Most people assume that when they administer a tube of dewormer to a horse, the drug is effectively killing worms. The drug must work–it says so there on the label. Right? Unfortunately, the answer frequently is no. All dewormers were highly effective when they were first introduced, but over time parasites have developed resistance to many drugs. The product labels reflect results of studies performed when the dewormers were first developed–before the worms developed resistance–and drug companies have not been required by the FDA to modify labels to reflect current levels of effectiveness. So it’s possible that the drug you choose to deworm your horses might not be doing what you expect.

What Is Resistance?

Drug resistance is defined as the ability of worms in a population (e.g., worms on a given farm) to survive a treatment that once was effective against the same population (same drug, same dose, same parasite). It’s an inherited genetic trait in the parasite that results from natural selection, the selective pressure being treatment with a drug.

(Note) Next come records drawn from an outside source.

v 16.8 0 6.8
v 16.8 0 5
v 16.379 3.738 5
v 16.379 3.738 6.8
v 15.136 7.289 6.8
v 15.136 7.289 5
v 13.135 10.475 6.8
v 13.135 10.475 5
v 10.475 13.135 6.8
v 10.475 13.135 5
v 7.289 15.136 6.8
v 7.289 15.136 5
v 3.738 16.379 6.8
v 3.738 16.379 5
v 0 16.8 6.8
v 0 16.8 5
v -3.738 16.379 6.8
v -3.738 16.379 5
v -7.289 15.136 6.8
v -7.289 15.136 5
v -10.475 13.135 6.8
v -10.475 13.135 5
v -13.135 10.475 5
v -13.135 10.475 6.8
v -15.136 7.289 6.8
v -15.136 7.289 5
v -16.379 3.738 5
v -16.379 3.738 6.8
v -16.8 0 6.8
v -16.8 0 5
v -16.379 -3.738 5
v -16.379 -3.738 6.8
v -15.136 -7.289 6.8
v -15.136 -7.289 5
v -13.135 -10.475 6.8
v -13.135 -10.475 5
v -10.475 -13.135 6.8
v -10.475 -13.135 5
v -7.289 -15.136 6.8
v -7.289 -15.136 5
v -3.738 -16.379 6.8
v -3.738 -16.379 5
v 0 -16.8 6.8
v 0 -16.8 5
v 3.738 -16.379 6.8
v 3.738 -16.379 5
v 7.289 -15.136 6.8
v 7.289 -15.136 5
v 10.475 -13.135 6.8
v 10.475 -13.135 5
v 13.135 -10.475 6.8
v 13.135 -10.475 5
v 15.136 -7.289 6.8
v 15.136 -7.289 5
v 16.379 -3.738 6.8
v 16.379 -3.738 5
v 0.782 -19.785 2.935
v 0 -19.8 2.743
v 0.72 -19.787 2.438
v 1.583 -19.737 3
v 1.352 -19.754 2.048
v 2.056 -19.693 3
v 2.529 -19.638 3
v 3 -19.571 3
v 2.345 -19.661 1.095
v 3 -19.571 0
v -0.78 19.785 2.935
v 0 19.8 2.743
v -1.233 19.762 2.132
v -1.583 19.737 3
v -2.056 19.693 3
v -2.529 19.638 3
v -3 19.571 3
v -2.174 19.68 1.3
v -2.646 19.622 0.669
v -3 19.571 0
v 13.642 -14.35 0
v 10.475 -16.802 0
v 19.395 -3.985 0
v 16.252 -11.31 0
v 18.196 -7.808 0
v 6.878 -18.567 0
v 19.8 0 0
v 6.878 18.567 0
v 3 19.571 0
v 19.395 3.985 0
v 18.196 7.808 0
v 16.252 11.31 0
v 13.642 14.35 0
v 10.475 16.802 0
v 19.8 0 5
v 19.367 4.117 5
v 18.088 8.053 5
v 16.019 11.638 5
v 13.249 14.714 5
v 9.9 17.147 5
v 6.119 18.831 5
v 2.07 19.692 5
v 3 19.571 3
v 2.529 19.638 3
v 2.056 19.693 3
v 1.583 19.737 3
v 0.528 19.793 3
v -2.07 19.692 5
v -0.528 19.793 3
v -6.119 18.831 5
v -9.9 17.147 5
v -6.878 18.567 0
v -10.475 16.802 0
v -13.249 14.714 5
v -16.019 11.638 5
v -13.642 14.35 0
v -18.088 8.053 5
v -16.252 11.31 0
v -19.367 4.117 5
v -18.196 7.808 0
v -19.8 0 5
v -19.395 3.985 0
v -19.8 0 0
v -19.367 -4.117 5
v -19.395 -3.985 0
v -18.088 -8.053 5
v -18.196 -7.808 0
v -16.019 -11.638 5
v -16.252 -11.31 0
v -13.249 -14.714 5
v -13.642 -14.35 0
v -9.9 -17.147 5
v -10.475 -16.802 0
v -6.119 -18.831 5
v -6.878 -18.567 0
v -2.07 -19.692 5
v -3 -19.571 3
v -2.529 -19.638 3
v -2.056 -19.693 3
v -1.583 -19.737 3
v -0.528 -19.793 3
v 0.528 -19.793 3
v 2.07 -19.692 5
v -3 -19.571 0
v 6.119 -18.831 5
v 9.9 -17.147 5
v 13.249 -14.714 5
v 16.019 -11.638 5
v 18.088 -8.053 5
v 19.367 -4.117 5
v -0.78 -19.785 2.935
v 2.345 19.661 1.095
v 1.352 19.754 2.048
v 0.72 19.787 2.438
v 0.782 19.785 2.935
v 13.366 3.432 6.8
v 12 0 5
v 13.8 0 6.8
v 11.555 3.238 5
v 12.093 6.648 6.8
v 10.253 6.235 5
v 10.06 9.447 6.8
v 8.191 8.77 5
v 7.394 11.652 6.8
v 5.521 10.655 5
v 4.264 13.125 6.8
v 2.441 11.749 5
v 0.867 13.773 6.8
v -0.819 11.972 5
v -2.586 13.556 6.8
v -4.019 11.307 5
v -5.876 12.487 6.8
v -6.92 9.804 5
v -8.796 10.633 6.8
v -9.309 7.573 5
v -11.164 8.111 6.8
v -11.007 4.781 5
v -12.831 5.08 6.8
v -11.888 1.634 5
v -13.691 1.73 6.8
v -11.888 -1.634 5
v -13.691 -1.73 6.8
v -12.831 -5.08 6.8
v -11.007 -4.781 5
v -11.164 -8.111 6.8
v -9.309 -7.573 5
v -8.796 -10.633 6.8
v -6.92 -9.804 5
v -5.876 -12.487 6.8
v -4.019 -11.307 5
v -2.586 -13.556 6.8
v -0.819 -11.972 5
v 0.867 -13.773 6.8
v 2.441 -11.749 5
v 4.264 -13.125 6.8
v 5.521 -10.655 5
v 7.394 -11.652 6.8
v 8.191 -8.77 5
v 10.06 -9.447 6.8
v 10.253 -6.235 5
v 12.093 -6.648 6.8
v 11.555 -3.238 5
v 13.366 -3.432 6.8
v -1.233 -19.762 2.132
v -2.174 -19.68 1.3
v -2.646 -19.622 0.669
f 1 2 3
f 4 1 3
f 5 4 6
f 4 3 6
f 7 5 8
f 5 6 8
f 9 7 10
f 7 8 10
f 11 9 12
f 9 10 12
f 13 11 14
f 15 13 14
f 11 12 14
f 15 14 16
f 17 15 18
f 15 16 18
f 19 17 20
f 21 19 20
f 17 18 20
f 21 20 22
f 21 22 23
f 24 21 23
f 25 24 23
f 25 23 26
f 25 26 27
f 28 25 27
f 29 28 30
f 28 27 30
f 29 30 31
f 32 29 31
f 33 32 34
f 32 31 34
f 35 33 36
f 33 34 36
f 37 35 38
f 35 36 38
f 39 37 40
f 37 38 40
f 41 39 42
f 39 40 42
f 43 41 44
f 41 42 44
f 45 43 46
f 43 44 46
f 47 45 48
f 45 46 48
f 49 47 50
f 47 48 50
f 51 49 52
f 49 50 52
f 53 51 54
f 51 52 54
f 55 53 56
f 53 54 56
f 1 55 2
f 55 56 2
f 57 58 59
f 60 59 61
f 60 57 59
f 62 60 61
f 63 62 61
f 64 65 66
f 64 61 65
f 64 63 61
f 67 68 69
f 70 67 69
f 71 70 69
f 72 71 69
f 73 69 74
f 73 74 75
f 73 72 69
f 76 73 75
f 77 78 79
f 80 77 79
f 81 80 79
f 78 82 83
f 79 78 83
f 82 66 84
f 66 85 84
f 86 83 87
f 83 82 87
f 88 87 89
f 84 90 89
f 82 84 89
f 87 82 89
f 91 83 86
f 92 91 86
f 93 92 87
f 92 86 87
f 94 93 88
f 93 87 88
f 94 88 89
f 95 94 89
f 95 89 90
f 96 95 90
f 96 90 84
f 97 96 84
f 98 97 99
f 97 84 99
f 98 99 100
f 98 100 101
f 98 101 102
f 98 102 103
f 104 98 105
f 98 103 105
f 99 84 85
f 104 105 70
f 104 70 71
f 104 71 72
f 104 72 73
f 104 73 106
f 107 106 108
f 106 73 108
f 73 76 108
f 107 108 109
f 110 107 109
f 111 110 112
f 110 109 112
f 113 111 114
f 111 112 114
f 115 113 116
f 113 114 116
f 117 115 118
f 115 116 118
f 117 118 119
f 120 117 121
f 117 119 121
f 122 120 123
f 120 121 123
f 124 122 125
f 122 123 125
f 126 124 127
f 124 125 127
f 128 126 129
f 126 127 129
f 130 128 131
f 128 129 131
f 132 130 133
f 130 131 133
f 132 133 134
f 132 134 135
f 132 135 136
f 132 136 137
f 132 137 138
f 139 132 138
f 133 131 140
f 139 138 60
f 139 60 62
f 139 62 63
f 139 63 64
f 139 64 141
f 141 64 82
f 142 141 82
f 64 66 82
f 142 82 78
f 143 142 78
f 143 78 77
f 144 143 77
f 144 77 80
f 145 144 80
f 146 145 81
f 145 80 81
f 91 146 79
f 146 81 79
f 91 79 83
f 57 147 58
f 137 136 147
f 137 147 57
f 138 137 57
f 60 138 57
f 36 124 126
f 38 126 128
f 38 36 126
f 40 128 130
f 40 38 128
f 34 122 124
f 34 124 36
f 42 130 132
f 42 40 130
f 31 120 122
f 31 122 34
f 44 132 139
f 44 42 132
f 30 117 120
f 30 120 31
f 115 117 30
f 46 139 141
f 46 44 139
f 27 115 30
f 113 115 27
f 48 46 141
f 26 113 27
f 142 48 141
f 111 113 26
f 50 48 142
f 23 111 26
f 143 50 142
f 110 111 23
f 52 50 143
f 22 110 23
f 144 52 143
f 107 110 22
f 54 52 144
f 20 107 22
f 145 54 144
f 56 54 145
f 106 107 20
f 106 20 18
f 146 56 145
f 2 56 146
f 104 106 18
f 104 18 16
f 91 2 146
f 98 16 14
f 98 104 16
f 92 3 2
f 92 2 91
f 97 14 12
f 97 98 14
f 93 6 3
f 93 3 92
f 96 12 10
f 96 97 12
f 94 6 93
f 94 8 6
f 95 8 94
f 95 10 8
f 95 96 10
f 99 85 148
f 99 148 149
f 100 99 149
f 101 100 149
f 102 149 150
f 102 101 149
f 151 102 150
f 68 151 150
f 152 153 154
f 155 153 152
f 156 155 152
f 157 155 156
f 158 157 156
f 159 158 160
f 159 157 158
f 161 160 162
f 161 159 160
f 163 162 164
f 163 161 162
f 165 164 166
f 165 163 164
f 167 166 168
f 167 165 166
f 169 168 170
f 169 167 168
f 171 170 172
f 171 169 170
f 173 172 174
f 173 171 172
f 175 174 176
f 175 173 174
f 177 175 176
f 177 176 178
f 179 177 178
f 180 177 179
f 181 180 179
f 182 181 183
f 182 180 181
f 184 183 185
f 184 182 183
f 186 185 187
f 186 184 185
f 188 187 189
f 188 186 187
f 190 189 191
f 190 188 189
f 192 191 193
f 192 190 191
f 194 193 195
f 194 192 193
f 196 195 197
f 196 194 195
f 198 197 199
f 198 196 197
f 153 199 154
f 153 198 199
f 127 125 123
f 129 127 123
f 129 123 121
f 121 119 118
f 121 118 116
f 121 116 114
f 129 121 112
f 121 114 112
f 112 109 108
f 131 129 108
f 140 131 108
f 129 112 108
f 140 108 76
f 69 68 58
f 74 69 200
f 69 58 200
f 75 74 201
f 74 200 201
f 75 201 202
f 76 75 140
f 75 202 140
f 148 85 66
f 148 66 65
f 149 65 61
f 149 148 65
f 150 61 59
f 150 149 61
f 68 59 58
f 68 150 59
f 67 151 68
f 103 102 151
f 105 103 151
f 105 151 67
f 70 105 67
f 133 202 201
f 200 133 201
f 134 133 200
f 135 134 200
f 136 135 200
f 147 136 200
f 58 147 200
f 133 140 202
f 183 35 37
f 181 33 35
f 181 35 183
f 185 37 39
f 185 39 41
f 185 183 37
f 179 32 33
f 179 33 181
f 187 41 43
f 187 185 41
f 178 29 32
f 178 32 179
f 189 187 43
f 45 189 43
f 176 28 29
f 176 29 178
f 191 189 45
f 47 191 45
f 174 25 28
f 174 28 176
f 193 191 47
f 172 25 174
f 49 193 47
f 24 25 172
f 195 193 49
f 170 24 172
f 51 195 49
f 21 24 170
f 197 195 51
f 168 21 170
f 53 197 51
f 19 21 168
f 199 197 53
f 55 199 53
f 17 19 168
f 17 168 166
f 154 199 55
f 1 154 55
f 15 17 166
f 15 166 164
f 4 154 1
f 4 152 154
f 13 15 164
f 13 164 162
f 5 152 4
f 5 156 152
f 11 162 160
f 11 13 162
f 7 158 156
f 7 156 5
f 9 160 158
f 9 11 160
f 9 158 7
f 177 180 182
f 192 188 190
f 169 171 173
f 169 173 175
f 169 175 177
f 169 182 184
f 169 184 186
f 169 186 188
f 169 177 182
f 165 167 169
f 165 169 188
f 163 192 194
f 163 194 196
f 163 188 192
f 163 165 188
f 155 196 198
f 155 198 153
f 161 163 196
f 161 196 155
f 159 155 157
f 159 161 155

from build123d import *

# Parameters (mm, degrees)
F0_R         = 19.8
F1_DEPTH     = 5
F2_R         = 16.8
F2_R_2       = 16
F3_DEPTH     = 1.8
F6_DEPTH     = 3
F7_T4_DEPTH  = 62.0556939075
F7_S5_R      = 19.8
F7_T6_DEPTH  = 33
F7_T10_DEPTH = 62.0556939075
F7_S11_R     = 19.8
F7_T12_DEPTH = 33


# Not quite as in the source:
# - a fillet or chamfer that OpenCascade refuses, or shapes differently, is made with other operations: its cross-section is extruded or revolved along the edge and cut away or added


with BuildPart() as f1:
    # F0 (on Top) → F1 (new body)
    with BuildSketch(Plane.XY):
        Circle(F0_R)
    extrude(amount=F1_DEPTH)

    # F2 (on face) → F3 (join)
    with BuildSketch(Plane.XY.offset(5)):
        Circle(F2_R)
        Circle(F2_R_2, mode=Mode.SUBTRACT)
    extrude(amount=F3_DEPTH)

    # F4: chamfer of 4 on 1 edges, made by hand


with BuildPart() as f4_tool2:
    # F4_s3 → F4_t4 (revolve)
    with BuildSketch(Plane.XZ):
        Polygon((16, 9), (12, 5), (16, 5), align=None)
    revolve(axis=Axis((0, 0, 5), (0, 0, 1)))

    split(bisect_by=Plane.XY.offset(6.8), keep=Keep.BOTTOM)


with BuildPart() as f1_1:
    add(f1.part)

    # F4_t1: union F4_tool2
    add(f4_tool2.part)

    # F5 (on face) → F6 (cut)
    with BuildSketch(Plane(origin=(0, 0, 0), x_dir=(1, 0, 0), z_dir=(0, 0, -1))):
        with BuildLine():
            Line((-3, 19.5714077164), (-3, -19.5714077164))
            ThreePointArc((-3, -19.5714077164), (0, -19.8), (3, -19.5714077164))
            Line((3, -19.5714077164), (3, 19.5714077164))
            ThreePointArc((3, 19.5714077164), (0, 19.8), (-3, 19.5714077164))
        make_face()
    extrude(amount=-F6_DEPTH, mode=Mode.SUBTRACT)

    # F7: fillet of radius 5 on 2 edges, made by hand


with BuildPart() as f7_tool2:
    # F7_s3 → F7_t4 (new body)
    with BuildSketch(Plane.XZ.offset(-31.0278469537)):
        with BuildLine():
            ThreePointArc((3, 0), (1.1560370926, 2.1833001327), (-1.582575695, 3))
            Line((-1.582575695, 3), (3, 3))
            Line((3, 3), (3, 0))
        make_face()
    extrude(amount=F7_T4_DEPTH)

    # F7_s5 → F7_t6 (intersect, symmetric)
    with BuildSketch(Plane.XY.offset(1.5)):
        Circle(F7_S5_R)
    extrude(amount=F7_T6_DEPTH, both=True, mode=Mode.INTERSECT)


with BuildPart() as f1_2:
    add(f1_1.part)

    # F7_t1: union F7_tool2
    add(f7_tool2.part)


with BuildPart() as f7_tool8:
    # F7_s9 → F7_t10 (new body)
    with BuildSketch(Plane.XZ.offset(31.0278469537)):
        with BuildLine():
            ThreePointArc((1.582575695, 3), (-1.1560370926, 2.1833001327), (-3, 0))
            Line((-3, 0), (-3, 3))
            Line((-3, 3), (1.582575695, 3))
        make_face()
    extrude(amount=-F7_T10_DEPTH)

    # F7_s11 → F7_t12 (intersect, symmetric)
    with BuildSketch(Plane.XY.offset(1.5)):
        Circle(F7_S11_R)
    extrude(amount=F7_T12_DEPTH, both=True, mode=Mode.INTERSECT)


with BuildPart() as f1_3:
    add(f1_2.part)

    # F7_t7: union F7_tool8
    add(f7_tool8.part)


solid = f1_3.part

How does this work? Let’s use the example of small strongyles. Small strongyle worm populations on farms are extremely large. If you include the infective larvae on pasture, the developing larvae in the horse’s intestinal walls, and the adults in the intestinal lumen (cavity), there can be millions or even billions of worms on a farm. This enormous population size, combined with a naturally high mutation rate, gives these worms a tremendously large genetic diversity, and some of them will have the genetic ability to survive treatment with drugs.

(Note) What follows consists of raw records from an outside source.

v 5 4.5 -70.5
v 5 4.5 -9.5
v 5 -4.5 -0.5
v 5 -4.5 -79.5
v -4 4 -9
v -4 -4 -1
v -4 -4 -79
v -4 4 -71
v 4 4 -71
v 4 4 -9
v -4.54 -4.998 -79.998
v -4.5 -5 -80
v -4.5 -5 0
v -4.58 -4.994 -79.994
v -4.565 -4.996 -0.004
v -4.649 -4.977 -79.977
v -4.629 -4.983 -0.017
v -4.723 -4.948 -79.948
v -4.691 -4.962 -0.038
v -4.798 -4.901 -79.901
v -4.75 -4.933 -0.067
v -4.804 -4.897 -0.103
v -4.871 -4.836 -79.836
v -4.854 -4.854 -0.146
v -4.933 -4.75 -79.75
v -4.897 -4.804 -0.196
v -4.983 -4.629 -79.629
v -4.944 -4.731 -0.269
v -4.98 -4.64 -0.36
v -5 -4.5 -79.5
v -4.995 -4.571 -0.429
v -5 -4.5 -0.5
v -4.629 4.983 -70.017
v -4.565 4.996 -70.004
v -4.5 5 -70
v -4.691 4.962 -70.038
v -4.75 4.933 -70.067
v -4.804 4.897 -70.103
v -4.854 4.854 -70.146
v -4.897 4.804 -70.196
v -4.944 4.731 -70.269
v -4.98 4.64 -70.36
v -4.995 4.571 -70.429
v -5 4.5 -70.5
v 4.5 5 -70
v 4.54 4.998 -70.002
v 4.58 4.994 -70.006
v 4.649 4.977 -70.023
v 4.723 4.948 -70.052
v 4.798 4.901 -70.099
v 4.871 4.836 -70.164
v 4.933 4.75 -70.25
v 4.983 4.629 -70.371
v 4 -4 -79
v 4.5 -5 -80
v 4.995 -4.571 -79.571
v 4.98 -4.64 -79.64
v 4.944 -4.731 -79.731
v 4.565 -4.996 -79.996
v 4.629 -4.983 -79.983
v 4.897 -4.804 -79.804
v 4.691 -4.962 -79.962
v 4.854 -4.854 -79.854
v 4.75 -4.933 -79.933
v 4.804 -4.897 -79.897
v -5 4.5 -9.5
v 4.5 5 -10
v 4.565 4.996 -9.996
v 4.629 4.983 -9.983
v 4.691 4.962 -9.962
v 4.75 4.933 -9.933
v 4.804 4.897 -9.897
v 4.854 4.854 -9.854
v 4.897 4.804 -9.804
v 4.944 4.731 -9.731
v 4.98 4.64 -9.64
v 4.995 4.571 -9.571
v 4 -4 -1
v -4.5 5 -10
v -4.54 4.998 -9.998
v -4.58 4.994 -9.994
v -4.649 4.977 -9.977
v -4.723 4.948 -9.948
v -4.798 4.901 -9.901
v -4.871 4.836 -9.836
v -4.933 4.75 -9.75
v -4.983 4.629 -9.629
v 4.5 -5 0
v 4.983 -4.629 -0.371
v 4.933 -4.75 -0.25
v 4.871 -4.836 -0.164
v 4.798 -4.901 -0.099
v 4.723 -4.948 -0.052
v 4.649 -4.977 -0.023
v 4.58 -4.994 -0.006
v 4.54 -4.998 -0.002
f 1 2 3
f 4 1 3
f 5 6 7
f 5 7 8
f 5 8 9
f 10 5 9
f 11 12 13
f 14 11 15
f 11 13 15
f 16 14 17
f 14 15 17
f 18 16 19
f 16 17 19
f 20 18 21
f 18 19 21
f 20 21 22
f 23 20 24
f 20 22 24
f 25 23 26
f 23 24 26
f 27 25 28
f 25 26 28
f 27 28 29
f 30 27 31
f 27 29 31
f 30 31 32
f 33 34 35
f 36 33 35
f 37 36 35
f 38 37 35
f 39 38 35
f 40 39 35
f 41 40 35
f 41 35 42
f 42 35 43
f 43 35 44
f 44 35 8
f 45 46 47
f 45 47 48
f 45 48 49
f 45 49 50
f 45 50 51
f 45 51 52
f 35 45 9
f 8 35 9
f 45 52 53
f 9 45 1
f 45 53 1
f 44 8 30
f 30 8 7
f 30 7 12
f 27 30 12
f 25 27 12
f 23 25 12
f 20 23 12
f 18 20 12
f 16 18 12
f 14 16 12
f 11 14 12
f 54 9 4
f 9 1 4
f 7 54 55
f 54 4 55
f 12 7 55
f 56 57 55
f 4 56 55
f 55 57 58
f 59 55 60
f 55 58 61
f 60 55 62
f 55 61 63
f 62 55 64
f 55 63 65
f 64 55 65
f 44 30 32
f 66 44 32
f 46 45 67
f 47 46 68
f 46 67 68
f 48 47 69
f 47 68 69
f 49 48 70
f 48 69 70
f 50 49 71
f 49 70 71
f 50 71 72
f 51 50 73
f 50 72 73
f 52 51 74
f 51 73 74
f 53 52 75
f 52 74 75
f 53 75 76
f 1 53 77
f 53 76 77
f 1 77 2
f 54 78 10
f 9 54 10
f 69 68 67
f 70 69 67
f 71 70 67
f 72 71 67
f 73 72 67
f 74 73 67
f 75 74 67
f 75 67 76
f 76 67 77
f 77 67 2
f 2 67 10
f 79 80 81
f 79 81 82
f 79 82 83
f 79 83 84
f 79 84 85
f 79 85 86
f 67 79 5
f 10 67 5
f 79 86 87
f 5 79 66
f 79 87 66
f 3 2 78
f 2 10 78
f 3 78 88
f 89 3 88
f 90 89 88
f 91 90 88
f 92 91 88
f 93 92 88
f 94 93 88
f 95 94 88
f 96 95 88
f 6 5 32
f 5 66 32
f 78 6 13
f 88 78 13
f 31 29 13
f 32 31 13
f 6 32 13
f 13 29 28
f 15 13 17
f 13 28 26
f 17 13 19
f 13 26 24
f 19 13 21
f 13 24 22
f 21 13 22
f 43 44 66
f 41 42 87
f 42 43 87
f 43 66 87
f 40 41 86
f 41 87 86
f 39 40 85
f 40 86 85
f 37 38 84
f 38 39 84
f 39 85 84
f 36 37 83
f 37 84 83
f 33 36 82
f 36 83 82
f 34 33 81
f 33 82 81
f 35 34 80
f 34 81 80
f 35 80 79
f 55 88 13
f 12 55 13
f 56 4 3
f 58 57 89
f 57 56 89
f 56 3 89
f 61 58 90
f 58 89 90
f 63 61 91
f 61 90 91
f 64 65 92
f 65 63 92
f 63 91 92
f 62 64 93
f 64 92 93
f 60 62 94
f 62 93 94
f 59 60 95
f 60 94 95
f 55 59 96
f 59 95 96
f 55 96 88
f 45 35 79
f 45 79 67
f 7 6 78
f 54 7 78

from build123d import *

# Parameters (mm, degrees)
SKETCH_11_W          = 8
SKETCH_11_H          = 8
MEMBER_10_10_1_DEPTH = 80
CUT_EXTRUDE_1_DEPTH  = 5


with BuildPart() as part:
    # 草图11 → Member 10_10_1 (new body)
    with BuildSketch(Plane.YX):
        with BuildLine():
            Line((-4.5, -5), (4.5, -5))
            ThreePointArc((4.5, -5), (4.853553391, -4.853553391), (5, -4.5))
            Line((5, -4.5), (5, 4.5))
            ThreePointArc((5, 4.5), (4.853553391, 4.853553391), (4.5, 5))
            Line((4.5, 5), (-4.5, 5))
            ThreePointArc((-4.5, 5), (-4.853553391, 4.853553391), (-5, 4.5))
            Line((-5, 4.5), (-5, -4.5))
            ThreePointArc((-5, -4.5), (-4.853553391, -4.853553391), (-4.5, -5))
        make_face()
        Rectangle(SKETCH_11_W, SKETCH_11_H, mode=Mode.SUBTRACT)
    extrude(amount=MEMBER_10_10_1_DEPTH)

    # 草图12 → 切除-拉伸1 (cut, symmetric)
    with BuildSketch(Plane(origin=(0, 0, 0), x_dir=(0, 0, -1), z_dir=(1, 0, 0))):
        Polygon((0, -5), (0, 5), (10, 5), align=None)
        Polygon((80, -5), (80, 5), (70, 5), align=None)
    extrude(amount=CUT_EXTRUDE_1_DEPTH, both=True, mode=Mode.SUBTRACT)


solid = part.part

In essence, it’s a numbers game. The resistant worms are actually present before the drug is used, but in extremely small numbers. But because they survive the drug treatment, they have a tremendous advantage over the rest of the parasite population. Each time a horse is dewormed, the resistant worms live to shed their eggs onto the pasture. At first the numbers of resistant worms are extremely low, but over time and with repeated deworming, the numbers of resistant worms in the population increase. Eventually, the resistant worms make up a large proportion of the population and the drugs no longer are effective.

There’s also another important factor in this selection process: The number of worms carrying resistant genes increases very slowly at first. But after a certain threshold level is reached, the numbers increase quite rapidly. The reason this pattern develops is a simple matter of mathematics, analogous to the concept of compounding on investments. As any investment advisor will tell you, the length of time you save is more important than the amount you save each year because growth compounds on itself.

Studies on sheep parasites have shown that when resistance is inherited as a recessive trait (which seems to be the most common mode of inheritance for resistance in worms), at least 25% of the worms carry the resistance gene (meaning that 6% of worms will be homozygous for the gene and fully resistant) before treatment efficacy decreases enough to be noticed. In other words, by the time we see treatments not working as well as expected, resistance is on its way to reaching very high levels.

Detecting Resistance

The most accurate way to establish the presence of resistant worms in a population is to compare the number of worms recovered from treated and untreated horses infected with the same population of worms. But because these types of studies require slaughter of the animals, they’re not feasible for on-farm diagnosis and are rarely done.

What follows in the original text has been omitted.